Supernova is not a bad movie because it is about a gay couple. Sure, the Catholic Church does not condone homosexuality. If you want a less theologically worded defense of this position, check out Theology of the Body. Sexuality and creation go hand-in-hand, and it makes the points about heterosexuality far more eloquently than me. Sexual choices aside, I actually think any couple can learn a thing or two about affection from this movie. No, this is an awful film for two reasons: first, for a movie with a road trip as a backdrop, it never gets anywhere until nearly the end; secondly, because it essentially condones suicide. Pacing can be a matter of taste, and I prefer one that moves along a little more briskly. What I cannot support is Tusker’s decision to end his life. Yes, this is me as a Catholic saying this, and it is part of Catholicism’s pro-life stance. Being pro-life is not solely about being against abortion. The Church also sees execution and anything else that cuts life short before it would end due to natural causes as wrong. I suppose it goes without saying that characters like Tusker and Sam would see things differently, but our lives are not our own. Additionally, our time on this earth is a fleeting gift, and it has value no matter what condition you are in. That has been the view of the Church from the start, and it has cared for those who cannot care for themselves for centuries. Interestingly, the film addresses the idea of Sam putting Tusker in some facility, where they would occasionally visit despite one not knowing the other. It paints this scenario as bleak, as if showing such devotion was a character flaw or something that normal people should not want to do. The desire to continue to have a person with dementia in ones life in some form demonstrates a love that is approaching divine. Anytime you can do that, you are doing something right.
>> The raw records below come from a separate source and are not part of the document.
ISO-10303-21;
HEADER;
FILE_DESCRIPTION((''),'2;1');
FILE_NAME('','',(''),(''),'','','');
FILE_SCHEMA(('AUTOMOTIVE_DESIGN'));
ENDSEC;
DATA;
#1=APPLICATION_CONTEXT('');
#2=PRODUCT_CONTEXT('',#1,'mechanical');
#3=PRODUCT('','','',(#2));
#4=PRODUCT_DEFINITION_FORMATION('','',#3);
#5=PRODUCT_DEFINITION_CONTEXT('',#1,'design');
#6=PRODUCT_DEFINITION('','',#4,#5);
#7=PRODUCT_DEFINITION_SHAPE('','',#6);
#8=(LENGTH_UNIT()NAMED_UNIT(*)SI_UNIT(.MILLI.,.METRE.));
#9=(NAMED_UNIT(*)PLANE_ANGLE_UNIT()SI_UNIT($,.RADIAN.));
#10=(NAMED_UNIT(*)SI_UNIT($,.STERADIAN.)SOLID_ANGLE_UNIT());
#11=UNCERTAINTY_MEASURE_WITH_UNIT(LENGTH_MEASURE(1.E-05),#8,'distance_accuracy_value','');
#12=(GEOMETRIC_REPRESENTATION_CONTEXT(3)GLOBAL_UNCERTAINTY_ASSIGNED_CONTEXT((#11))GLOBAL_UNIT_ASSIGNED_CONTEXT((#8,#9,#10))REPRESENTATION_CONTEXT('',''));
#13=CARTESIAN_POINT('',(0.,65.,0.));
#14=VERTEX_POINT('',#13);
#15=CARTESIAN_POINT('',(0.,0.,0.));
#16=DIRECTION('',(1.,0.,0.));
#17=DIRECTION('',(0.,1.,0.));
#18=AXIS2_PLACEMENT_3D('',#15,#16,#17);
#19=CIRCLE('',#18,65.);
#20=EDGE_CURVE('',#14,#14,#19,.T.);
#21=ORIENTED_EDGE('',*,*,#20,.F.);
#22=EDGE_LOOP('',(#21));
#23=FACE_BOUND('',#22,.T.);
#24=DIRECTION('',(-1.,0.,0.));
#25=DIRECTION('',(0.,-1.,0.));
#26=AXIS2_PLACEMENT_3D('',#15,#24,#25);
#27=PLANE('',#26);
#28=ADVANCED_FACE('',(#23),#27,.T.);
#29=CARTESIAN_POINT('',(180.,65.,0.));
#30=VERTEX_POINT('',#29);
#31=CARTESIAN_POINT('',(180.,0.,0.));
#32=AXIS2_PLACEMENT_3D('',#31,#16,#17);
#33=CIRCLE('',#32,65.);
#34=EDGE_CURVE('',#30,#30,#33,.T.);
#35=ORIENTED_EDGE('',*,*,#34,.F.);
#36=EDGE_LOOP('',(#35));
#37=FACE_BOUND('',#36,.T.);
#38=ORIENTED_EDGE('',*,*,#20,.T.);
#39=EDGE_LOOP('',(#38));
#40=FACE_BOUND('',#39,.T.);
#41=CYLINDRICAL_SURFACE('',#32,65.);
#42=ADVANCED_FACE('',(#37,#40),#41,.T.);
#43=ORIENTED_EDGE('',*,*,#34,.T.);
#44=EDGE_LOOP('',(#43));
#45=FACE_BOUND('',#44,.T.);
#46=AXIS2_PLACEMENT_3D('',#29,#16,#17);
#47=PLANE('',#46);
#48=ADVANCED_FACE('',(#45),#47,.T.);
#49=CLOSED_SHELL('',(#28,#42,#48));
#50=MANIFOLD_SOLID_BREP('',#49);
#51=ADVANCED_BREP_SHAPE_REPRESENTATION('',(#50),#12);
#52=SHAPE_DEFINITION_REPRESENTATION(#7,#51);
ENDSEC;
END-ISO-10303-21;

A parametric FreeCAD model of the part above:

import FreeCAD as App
import Part
import Sketcher

V = App.Vector


def add_polygon(sketch, points):
    """Adds a closed chain of lines whose ends are joined by coincident constraints."""
    first, n = sketch.GeometryCount, len(points)
    for a, b in zip(points, points[1:] + points[:1]):
        sketch.addGeometry(Part.LineSegment(App.Vector(*a, 0), App.Vector(*b, 0)), False)
    for i in range(n):
        sketch.addConstraint(Sketcher.Constraint("Coincident", first + i, 2, first + (i + 1) % n, 1))

doc = App.newDocument("Part")
body = doc.addObject("PartDesign::Body", "Body")

sketch1 = body.newObject("Sketcher::SketchObject", "Sketch")
sketch1.AttachmentSupport = (doc.getObject("XY_Plane"), [""])
sketch1.MapMode = "FlatFace"
add_polygon(sketch1, [(0, 65), (0, 0), (180, 0), (180, 65)])
sketch1.addConstraint([
    Sketcher.Constraint("Vertical", 0),
    Sketcher.Constraint("Horizontal", 1),
    Sketcher.Constraint("Vertical", 2),
    Sketcher.Constraint("Horizontal", 3),
    Sketcher.Constraint("Coincident", 0, 2, -1, 1),
    Sketcher.Constraint("DistanceX", 1, 1, 1, 2, 180.0),
    Sketcher.Constraint("DistanceY", 0, 2, 0, 1, 65.0),
])
revolution = body.newObject("PartDesign::Revolution", "Revolution")
revolution.Profile = sketch1
revolution.ReferenceAxis = (sketch1, ["H_Axis"])
revolution.Angle = 360

doc.recompute()
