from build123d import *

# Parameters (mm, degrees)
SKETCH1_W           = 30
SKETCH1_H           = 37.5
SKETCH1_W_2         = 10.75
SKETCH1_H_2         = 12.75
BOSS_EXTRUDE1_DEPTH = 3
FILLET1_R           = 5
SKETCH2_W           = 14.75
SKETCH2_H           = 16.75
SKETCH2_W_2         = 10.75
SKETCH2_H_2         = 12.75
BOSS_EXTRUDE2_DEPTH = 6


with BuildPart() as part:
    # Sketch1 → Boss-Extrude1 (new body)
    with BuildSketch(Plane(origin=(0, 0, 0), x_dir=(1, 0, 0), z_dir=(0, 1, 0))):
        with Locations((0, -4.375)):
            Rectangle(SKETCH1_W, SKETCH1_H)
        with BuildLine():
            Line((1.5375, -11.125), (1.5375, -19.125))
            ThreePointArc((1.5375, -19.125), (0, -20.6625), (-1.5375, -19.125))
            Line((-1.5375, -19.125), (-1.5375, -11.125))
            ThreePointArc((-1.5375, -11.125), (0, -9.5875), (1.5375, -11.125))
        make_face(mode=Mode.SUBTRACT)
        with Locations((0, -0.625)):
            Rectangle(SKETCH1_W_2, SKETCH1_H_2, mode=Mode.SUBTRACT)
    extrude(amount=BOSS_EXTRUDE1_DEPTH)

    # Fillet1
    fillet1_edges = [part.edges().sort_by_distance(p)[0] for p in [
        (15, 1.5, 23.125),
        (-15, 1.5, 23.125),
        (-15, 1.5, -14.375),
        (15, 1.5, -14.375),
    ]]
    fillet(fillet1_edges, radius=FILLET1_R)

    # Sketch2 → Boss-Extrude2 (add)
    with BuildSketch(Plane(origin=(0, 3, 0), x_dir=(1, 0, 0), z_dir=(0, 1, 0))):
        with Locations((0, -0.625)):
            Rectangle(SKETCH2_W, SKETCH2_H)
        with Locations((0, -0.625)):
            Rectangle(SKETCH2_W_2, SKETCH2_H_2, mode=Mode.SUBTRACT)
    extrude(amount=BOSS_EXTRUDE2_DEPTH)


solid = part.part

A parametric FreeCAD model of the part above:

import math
import FreeCAD as App
import Part
import Sketcher

V = App.Vector


def edges_at(feature, points):
    """Names of the edges that pass closest to the given points."""
    edges = feature.Shape.Edges
    near = lambda p: min(range(len(edges)), key=lambda i: edges[i].distToShape(Part.Vertex(*p))[0])
    return sorted({f"Edge{near(p) + 1}" for p in points})


def add_polygon(sketch, points):
    """Adds a closed chain of lines whose ends are joined by coincident constraints."""
    first, n = sketch.GeometryCount, len(points)
    for a, b in zip(points, points[1:] + points[:1]):
        sketch.addGeometry(Part.LineSegment(App.Vector(*a, 0), App.Vector(*b, 0)), False)
    for i in range(n):
        sketch.addConstraint(Sketcher.Constraint("Coincident", first + i, 2, first + (i + 1) % n, 1))

doc = App.newDocument("Part")
body = doc.addObject("PartDesign::Body", "Body")

# Sketch on XZ plane
sketch1 = doc.addObject("Sketcher::SketchObject", "Sketch")
body.addObject(sketch1)
sketch1.AttachmentSupport = (doc.XZ_Plane, [""])
sketch1.MapMode = "FlatFace"
add_polygon(sketch1, [(-15, -14.4), (-15, 23.1), (15, 23.1), (15, -14.4)])  # lines 0-3
sketch1.addGeometry(Part.ArcOfCircle(Part.Circle(V(0, 11.1, 0), V(0, 0, 1), 1.5), math.radians(180), math.radians(360)), False)  # 4
sketch1.addGeometry(Part.LineSegment(V(1.5, 11.1, 0), V(1.5, 19.1, 0)), False)  # 5
sketch1.addGeometry(Part.ArcOfCircle(Part.Circle(V(0, 19.1, 0), V(0, 0, 1), 1.5), math.radians(0), math.radians(180)), False)  # 6
sketch1.addGeometry(Part.LineSegment(V(-1.5, 19.1, 0), V(-1.5, 11.1, 0)), False)  # 7
add_polygon(sketch1, [(5.4, 7), (-5.4, 7), (-5.4, -5.8), (5.4, -5.8)])  # lines 8-11
sketch1.addConstraint([
    Sketcher.Constraint("Tangent", 4, 2, 5, 1),
    Sketcher.Constraint("Tangent", 5, 2, 6, 1),
    Sketcher.Constraint("Tangent", 6, 2, 7, 1),
    Sketcher.Constraint("Tangent", 7, 2, 4, 1),
    Sketcher.Constraint("Vertical", 0),
    Sketcher.Constraint("Horizontal", 1),
    Sketcher.Constraint("Vertical", 2),
    Sketcher.Constraint("Horizontal", 3),
    Sketcher.Constraint("Vertical", 5),
    Sketcher.Constraint("Vertical", 7),
    Sketcher.Constraint("Horizontal", 8),
    Sketcher.Constraint("Vertical", 9),
    Sketcher.Constraint("Horizontal", 10),
    Sketcher.Constraint("Vertical", 11),
    Sketcher.Constraint("PointOnObject", 4, 3, -2),
    Sketcher.Constraint("DistanceX", 1, 1, 1, 2, 30.0),
    Sketcher.Constraint("DistanceY", 5, 1, 5, 2, 8.0),
    Sketcher.Constraint("DistanceY", 0, 1, 0, 2, 37.5),
    Sketcher.Constraint("DistanceX", 0, 2, -1, 1, 15.0),
    Sketcher.Constraint("DistanceY", -1, 1, 8, 2, 7.0),
    Sketcher.Constraint("DistanceY", 6, 3, 0, 2, 4.0),
    Sketcher.Constraint("DistanceX", 8, 2, 8, 1, 10.75),
    Sketcher.Constraint("DistanceY", 9, 2, 9, 1, 12.75),
    Sketcher.Constraint("Radius", 4, 1.5375),
    Sketcher.Constraint("DistanceY", -1, 1, 4, 3, 11.125),
    Sketcher.Constraint("DistanceX", 8, 2, -1, 1, 5.375),
])
pad1 = doc.addObject("PartDesign::Pad", "Pad")
body.addObject(pad1)
pad1.Profile = sketch1
pad1.Length = 3
pad1.Reversed = True
doc.recompute()

fillet = doc.addObject("PartDesign::Fillet", "Fillet")
body.addObject(fillet)
fillet.Base = (pad1, edges_at(pad1, [
    (15, 1.5, 23.125),
    (-15, 1.5, 23.125),
    (-15, 1.5, -14.375),
    (15, 1.5, -14.375),
]))
fillet.Radius = 5

# Sketch on XZ plane
sketch2 = doc.addObject("Sketcher::SketchObject", "Sketch001")
body.addObject(sketch2)
sketch2.AttachmentSupport = (doc.XZ_Plane, [""])
sketch2.MapMode = "FlatFace"
sketch2.AttachmentOffset = App.Placement(V(0, 0, -3), App.Rotation())
add_polygon(sketch2, [(-7, -8), (-7, 9), (7, 9), (7, -8)])  # lines 0-3
add_polygon(sketch2, [(5, 7), (-5, 7), (-5, -6), (5, -6)])  # lines 4-7
sketch2.addConstraint([
    Sketcher.Constraint("Vertical", 0),
    Sketcher.Constraint("Horizontal", 1),
    Sketcher.Constraint("Vertical", 2),
    Sketcher.Constraint("Horizontal", 3),
    Sketcher.Constraint("Horizontal", 4),
    Sketcher.Constraint("Vertical", 5),
    Sketcher.Constraint("Horizontal", 6),
    Sketcher.Constraint("Vertical", 7),
    Sketcher.Constraint("DistanceY", -1, 1, 0, 2, 9.0),
    Sketcher.Constraint("DistanceY", -1, 1, 4, 2, 7.0),
    Sketcher.Constraint("DistanceX", 0, 2, 4, 2, 2.0),
    Sketcher.Constraint("DistanceY", 3, 2, 5, 2, 2.0),
    Sketcher.Constraint("DistanceX", 6, 2, 2, 2, 2.0),
    Sketcher.Constraint("DistanceX", 1, 1, 1, 2, 14.75),
    Sketcher.Constraint("DistanceY", 0, 1, 0, 2, 16.75),
    Sketcher.Constraint("DistanceX", 0, 2, -1, 1, 7.375),
])
pad2 = doc.addObject("PartDesign::Pad", "Pad001")
body.addObject(pad2)
pad2.Profile = sketch2
pad2.Length = 6
pad2.Reversed = True

doc.recompute()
I sat in the theater, alone (I mean, I was the only one there), and was ready for Supernova to be over within the first fifteen minutes. Luckily it is a tad under an hour and a half, though I still managed to download a chess app in the middle of it and play a match. This was during the party scene. Hey, I could still hear it! There are a few scenes of Sam and Tusker in bed with each other, and one that suggests that they had sex with Sam’s naked profile spooning Tusker’s covered form. There is also a scene towards the end, after Tusker’s plan has been fully revealed and accepted, where they make love. It has the air of desperation. It is dark, though, and you cannot really see anything, making it sort of an autonomous sensory meridian response (be honest, how many of you know that is what ASMR stood for) session, which somehow makes it even more uncomfortable. Look, they are dealing with some weighty issues, and I have never enjoyed arguing (which they did a lot of before this scene), but throw in the sounds of sobs and kissing and it was a little grating. Critics will laud the performances. Fine. But it does not get The Legionnaire‘s recommendation because it is slow and seems to make suicide acceptable.